Inequality statistics by sex and by ethnicity are presented here. 

The excess burden of cancer in men in the UK

In general men are at significantly greater risk than women from nearly all of the common cancers that occur in both sexes, with the exception of breast cancer. A report on the burden in men is now available (a revision of a report originally produced by Cancer Research UK, the National Cancer Intelligence Network, Leeds Metropolitan University and the Men’s Health Forum in 2009).

The latest statistics on the overall burden of cancer among males in the UK is presented, along with an outline of the extent of the differences between the sexes.

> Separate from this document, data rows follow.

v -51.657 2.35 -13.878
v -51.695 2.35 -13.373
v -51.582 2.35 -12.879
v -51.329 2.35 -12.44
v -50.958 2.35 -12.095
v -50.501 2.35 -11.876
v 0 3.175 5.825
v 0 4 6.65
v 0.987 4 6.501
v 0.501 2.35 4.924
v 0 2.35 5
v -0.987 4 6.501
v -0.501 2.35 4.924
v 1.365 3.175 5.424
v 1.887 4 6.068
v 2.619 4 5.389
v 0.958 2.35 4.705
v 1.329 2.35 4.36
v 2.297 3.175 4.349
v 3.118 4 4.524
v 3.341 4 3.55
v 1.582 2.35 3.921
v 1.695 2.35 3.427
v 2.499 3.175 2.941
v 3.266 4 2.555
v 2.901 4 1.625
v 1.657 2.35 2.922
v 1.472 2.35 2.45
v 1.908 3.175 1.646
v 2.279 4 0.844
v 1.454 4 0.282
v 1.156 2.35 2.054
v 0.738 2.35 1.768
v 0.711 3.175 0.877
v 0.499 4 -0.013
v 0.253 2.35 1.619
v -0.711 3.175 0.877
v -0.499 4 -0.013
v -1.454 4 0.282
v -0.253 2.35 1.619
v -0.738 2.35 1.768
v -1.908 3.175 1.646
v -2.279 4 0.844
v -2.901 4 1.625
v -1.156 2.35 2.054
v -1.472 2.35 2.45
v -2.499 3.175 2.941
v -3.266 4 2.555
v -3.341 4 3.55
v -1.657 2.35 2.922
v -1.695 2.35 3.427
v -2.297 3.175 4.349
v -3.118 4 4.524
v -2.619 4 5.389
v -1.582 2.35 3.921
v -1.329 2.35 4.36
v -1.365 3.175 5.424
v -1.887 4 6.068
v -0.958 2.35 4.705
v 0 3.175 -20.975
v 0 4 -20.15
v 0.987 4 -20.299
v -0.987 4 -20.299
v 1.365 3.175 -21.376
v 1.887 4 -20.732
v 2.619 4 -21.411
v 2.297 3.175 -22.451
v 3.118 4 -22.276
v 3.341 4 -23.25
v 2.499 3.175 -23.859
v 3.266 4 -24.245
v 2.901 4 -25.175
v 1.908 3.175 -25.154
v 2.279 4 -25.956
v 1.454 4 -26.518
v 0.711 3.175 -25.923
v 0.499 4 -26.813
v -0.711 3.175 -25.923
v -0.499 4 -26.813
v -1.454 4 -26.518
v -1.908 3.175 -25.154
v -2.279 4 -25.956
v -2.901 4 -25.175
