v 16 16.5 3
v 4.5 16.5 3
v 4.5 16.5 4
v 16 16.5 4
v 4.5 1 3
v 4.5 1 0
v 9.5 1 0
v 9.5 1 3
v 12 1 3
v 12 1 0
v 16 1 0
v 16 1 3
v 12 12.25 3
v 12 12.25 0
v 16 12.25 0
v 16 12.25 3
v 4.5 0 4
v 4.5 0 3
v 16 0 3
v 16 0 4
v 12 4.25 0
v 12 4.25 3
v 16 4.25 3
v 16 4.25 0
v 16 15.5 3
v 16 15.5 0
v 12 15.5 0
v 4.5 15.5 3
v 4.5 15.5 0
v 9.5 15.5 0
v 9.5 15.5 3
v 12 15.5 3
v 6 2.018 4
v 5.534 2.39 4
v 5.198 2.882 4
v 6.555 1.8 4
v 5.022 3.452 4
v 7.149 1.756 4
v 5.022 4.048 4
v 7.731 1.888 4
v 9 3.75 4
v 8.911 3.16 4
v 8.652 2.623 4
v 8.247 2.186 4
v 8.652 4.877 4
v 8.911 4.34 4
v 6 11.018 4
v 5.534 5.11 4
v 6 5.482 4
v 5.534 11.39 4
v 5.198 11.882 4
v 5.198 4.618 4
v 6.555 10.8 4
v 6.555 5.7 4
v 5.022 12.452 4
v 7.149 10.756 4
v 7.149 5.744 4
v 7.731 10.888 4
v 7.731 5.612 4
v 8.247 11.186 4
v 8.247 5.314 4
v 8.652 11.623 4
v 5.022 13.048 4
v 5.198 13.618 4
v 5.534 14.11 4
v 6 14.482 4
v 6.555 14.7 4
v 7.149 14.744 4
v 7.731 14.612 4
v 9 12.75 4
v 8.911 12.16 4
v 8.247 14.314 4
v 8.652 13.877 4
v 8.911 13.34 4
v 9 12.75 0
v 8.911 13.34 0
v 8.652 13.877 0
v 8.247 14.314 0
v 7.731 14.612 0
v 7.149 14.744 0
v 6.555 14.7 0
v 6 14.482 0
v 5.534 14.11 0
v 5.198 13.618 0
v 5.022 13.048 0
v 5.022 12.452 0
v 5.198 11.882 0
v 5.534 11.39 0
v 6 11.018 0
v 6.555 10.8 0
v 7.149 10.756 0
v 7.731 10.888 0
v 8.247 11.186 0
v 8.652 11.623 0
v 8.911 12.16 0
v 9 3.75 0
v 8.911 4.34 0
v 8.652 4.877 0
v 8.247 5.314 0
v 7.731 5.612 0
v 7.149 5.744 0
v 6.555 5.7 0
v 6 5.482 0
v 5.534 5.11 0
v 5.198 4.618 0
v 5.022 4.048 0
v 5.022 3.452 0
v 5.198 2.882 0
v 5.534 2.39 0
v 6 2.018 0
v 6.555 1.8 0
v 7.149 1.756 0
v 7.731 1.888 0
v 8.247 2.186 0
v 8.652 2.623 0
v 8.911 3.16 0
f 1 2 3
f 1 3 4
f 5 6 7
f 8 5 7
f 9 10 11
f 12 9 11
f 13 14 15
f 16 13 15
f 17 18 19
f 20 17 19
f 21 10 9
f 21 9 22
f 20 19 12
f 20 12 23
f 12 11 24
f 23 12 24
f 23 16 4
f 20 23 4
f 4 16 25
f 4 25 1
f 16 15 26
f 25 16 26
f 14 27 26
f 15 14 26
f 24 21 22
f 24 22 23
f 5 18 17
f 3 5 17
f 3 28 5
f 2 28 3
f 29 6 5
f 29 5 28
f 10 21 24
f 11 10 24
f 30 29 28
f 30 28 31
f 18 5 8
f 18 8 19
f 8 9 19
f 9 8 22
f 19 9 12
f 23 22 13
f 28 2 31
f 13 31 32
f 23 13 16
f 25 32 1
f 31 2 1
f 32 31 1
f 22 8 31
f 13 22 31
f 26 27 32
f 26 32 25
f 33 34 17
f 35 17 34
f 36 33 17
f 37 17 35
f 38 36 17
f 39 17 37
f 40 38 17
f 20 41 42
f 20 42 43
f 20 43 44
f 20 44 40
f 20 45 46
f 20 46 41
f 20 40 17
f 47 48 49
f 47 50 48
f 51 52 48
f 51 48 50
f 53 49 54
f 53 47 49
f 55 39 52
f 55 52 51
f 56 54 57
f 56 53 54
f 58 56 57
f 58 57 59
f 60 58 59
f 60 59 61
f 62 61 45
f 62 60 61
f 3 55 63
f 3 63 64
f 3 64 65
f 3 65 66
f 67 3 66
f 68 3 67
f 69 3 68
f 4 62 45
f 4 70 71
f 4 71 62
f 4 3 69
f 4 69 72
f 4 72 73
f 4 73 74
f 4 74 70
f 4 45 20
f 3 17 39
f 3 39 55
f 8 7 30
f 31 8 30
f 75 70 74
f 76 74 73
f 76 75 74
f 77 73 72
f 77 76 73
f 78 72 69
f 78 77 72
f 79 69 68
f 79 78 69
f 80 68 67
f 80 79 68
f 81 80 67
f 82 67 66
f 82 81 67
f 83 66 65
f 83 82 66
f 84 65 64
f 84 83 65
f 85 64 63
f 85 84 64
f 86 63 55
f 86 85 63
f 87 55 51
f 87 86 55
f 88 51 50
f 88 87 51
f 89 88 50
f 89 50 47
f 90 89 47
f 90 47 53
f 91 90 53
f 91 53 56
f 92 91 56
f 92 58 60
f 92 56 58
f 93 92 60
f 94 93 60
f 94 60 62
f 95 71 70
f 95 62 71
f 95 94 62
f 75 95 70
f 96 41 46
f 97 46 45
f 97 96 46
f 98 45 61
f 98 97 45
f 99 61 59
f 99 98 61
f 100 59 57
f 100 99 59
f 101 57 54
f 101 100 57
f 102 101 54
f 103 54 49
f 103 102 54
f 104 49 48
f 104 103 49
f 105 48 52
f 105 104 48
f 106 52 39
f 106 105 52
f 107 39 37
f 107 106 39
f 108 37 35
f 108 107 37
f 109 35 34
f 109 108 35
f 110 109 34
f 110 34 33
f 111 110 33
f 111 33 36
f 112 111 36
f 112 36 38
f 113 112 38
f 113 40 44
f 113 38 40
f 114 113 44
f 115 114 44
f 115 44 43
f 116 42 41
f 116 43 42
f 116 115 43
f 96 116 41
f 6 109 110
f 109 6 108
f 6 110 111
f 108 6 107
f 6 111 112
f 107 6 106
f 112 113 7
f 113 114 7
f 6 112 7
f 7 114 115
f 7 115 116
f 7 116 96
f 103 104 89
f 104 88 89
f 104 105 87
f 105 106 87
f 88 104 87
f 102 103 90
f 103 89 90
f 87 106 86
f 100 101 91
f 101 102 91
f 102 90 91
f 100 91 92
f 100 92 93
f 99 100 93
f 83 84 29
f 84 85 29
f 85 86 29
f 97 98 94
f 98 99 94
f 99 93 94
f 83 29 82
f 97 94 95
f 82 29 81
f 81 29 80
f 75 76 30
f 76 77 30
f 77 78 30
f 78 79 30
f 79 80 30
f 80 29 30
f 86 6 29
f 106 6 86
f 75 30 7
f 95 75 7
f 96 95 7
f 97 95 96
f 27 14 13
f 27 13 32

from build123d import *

# Parameters (mm, degrees)
CYLINDER002_R     = 2
CYLINDER002_DEPTH = 20
ARRAY003_Y_COUNT  = 2
ARRAY003_Y_PITCH  = 9
BOX008_W          = 5
BOX008_H          = 8
BOX008_DEPTH      = 3
BOX006_W          = 5
BOX006_H          = 14.5
BOX006_DEPTH      = 3
BOX007_W          = 4
BOX007_H          = 14.5
BOX007_DEPTH      = 3
BOX005_W          = 11.5
BOX005_H          = 16.5
BOX005_DEPTH      = 1


with BuildPart() as hole_array_copy:
    # Cylinder002 → Cylinder002 (new body)
    with BuildSketch(Plane(origin=(7, 3.75, 0), x_dir=(1, 0, 0), z_dir=(0, 0, 1))):
        Circle(CYLINDER002_R)
    extrude(amount=CYLINDER002_DEPTH)

    # Array003 Y: hole array copy ×2


with BuildPart() as hole_array_copy_1:
    add(hole_array_copy.part)
    with Locations(*[(0, i * ARRAY003_Y_PITCH, 0) for i in range(1, ARRAY003_Y_COUNT)]):
        add(hole_array_copy.part)


with BuildPart() as protector_extraction_fusion:
    # Box008 → Box008 (new body)
    with BuildSketch(Plane(origin=(12, 4.25, 0), x_dir=(1, 0, 0), z_dir=(0, 0, 1))):
        with Locations((2.5, 4)):
            Rectangle(BOX008_W, BOX008_H)
    extrude(amount=BOX008_DEPTH)

    # Fusion002: union hole array copy
    add(hole_array_copy_1.part)


with BuildPart() as hole_stand_cube001:
    # Box006 → Box006 (new body)
    with BuildSketch(Plane(origin=(4.5, 1, 0), x_dir=(1, 0, 0), z_dir=(0, 0, 1))):
        with Locations((2.5, 7.25)):
            Rectangle(BOX006_W, BOX006_H)
    extrude(amount=BOX006_DEPTH)


with BuildPart() as usb_side_protection_cube:
    # Box007 → Box007 (new body)
    with BuildSketch(Plane(origin=(12, 1, 0), x_dir=(1, 0, 0), z_dir=(0, 0, 1))):
        with Locations((2, 7.25)):
            Rectangle(BOX007_W, BOX007_H)
    extrude(amount=BOX007_DEPTH)


with BuildPart() as protector_cut:
    # Box005 → Box005 (new body)
    with BuildSketch(Plane(origin=(4.5, 0, 3), x_dir=(1, 0, 0), z_dir=(0, 0, 1))):
        with Locations((5.75, 8.25)):
            Rectangle(BOX005_W, BOX005_H)
    extrude(amount=BOX005_DEPTH)

    # Fusion001: union hole stand cube001, usb side protection cube
    add(hole_stand_cube001.part)
    add(usb_side_protection_cube.part)

    # Cut003: cut protector extraction fusion
    add(protector_extraction_fusion.part, mode=Mode.SUBTRACT)


solid = protector_cut.part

The report explores the inequalities though core incidence and mortality statistics, male-specific cancers, death rate ratios, survival at one-, five- and ten-year intervals, incidence rate ratios, and lifetime risk.

All figures and calculations in this report are based on data prepared for or complied by Cancer Research UK’s Statistical information Team in January 2013. 

To reference this report we recommend the following citation format:

Cancer Research UK, Men’s Health Forum and NCIN (2013). Cancer Statistics Report – The Excess Burden of cancer in Men in the UK. London: Cancer Research UK.

To see the original article for the 2009 report: White AK, et al. Men’s Health and the Excess Burden of Cancer in Men. Eur Urol Suppl 2010;9(3):467-470.

An overview of the cancers affecting men (in terms of incidence, mortality and survival), a discussion of causes and prevention and Cancer Research UK’s work in these areas is presented in our new briefing on men’s cancers.

To reference this report we recommend the following citation format:

Cancer Research UK (2013). Men’s Cancer Briefing. London: Cancer Research UK.

section reviewed 29/01/13
section updated 29/01/13

Cancer incidence and survival by major ethnic group

Cancer Research UK and the National Cancer Intelligence Network have presented a national picture of cancer and ethnicity in England using data from the Cancer Registries and Hospital Episode Statistics (HES) in a joint report in 2009, which was the first analysis of cancer incidence and survival by major ethnic group and reviewed all cases of cancer diagnosed in England between 2002 and 2006.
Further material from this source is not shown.